Information START

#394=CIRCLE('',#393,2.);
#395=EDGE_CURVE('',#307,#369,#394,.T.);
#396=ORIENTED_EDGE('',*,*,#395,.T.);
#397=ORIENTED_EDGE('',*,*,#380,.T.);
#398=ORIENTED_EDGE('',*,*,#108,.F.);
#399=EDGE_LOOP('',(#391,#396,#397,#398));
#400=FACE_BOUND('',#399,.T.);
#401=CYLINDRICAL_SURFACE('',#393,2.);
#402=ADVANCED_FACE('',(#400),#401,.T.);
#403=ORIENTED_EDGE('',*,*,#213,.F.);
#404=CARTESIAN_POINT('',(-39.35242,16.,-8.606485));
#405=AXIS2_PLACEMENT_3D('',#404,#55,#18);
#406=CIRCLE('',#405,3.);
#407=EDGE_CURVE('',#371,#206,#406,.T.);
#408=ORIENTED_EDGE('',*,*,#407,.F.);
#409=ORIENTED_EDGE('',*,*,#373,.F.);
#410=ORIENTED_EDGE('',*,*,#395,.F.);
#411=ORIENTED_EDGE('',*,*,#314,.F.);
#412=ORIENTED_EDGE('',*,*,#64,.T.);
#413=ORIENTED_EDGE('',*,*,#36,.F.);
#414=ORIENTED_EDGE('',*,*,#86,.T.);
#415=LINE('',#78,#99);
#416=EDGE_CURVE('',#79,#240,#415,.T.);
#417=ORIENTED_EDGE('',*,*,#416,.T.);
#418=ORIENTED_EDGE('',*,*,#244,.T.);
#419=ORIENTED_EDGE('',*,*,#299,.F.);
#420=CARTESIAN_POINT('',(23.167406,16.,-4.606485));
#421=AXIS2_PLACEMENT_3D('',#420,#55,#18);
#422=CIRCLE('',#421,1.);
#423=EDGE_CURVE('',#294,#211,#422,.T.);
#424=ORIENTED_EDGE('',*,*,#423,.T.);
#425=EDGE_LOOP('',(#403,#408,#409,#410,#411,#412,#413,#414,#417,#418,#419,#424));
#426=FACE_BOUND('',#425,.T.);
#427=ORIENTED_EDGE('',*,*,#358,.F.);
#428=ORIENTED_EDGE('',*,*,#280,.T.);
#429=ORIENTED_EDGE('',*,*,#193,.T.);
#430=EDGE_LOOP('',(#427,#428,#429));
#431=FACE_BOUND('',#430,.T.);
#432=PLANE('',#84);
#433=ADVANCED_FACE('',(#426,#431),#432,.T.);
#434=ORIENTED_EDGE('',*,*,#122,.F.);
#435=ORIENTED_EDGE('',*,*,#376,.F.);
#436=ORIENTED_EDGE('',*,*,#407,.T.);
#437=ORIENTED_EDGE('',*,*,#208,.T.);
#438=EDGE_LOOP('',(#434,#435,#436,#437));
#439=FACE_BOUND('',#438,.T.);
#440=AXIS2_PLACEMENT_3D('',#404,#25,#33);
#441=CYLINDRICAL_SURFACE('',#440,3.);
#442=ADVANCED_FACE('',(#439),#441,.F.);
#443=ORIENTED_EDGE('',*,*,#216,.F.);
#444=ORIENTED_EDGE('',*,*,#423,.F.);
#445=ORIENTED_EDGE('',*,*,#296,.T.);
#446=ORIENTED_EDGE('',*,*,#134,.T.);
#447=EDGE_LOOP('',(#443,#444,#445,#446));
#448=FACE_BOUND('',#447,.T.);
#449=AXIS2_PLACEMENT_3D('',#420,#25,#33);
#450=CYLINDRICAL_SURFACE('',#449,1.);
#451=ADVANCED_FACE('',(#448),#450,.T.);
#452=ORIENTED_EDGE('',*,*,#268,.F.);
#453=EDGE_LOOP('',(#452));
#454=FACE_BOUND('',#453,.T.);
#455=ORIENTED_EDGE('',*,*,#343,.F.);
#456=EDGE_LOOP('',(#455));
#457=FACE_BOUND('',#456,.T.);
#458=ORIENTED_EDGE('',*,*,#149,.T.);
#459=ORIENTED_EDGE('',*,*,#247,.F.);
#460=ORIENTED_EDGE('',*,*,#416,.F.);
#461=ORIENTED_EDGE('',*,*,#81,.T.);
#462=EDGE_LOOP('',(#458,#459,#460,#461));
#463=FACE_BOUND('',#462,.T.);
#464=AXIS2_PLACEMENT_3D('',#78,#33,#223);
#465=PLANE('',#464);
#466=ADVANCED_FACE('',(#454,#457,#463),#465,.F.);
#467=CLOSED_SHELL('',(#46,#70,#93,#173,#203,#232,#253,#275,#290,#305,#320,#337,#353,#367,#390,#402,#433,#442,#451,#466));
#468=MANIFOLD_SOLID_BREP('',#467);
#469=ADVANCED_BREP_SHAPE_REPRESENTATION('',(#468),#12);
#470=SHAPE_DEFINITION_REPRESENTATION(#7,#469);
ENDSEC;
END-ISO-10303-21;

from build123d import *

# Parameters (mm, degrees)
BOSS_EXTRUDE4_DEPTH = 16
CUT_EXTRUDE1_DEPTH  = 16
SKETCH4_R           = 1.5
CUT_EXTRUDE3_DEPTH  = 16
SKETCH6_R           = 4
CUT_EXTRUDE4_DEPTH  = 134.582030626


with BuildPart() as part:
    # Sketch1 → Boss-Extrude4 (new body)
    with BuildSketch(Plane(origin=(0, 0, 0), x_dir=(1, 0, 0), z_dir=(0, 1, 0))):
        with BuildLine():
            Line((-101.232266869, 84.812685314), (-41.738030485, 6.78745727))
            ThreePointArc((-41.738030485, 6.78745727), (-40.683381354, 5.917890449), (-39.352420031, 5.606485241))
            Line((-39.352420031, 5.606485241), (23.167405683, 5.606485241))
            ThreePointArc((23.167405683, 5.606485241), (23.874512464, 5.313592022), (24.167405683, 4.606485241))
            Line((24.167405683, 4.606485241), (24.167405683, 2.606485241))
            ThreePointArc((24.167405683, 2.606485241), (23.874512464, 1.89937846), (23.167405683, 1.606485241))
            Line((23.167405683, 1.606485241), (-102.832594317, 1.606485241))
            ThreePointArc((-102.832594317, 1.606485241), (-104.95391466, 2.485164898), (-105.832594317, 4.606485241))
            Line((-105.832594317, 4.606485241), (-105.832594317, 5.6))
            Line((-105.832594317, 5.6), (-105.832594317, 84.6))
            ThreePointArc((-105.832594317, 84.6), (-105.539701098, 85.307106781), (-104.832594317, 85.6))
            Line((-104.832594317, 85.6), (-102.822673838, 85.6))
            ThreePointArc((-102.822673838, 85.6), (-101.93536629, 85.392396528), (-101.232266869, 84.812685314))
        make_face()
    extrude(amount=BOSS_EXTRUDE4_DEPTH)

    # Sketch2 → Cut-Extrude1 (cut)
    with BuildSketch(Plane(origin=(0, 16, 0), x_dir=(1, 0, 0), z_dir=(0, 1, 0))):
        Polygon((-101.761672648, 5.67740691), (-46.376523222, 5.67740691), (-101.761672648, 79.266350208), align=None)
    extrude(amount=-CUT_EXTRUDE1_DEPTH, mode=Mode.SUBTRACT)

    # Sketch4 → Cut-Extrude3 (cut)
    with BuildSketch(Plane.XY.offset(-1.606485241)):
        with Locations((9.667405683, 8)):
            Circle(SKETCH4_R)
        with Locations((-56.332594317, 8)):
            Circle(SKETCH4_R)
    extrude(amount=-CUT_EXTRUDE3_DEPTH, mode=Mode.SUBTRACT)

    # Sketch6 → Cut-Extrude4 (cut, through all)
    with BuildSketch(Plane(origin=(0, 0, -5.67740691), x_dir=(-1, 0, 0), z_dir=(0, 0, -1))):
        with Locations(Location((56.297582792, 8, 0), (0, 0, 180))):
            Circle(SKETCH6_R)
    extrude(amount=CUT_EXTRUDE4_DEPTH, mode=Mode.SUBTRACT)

Information END

- _Task item_
In the entries above, restate word for word the lines between the one holding "85.307106781), (-104.832594317, 85.6))" and the one holding "make_face()", inclusive, and nothing besides.

- _Task response_
            ThreePointArc((-105.832594317, 84.6), (-105.539701098, 85.307106781), (-104.832594317, 85.6))
            Line((-104.832594317, 85.6), (-102.822673838, 85.6))
            ThreePointArc((-102.822673838, 85.6), (-101.93536629, 85.392396528), (-101.232266869, 84.812685314))
        make_face()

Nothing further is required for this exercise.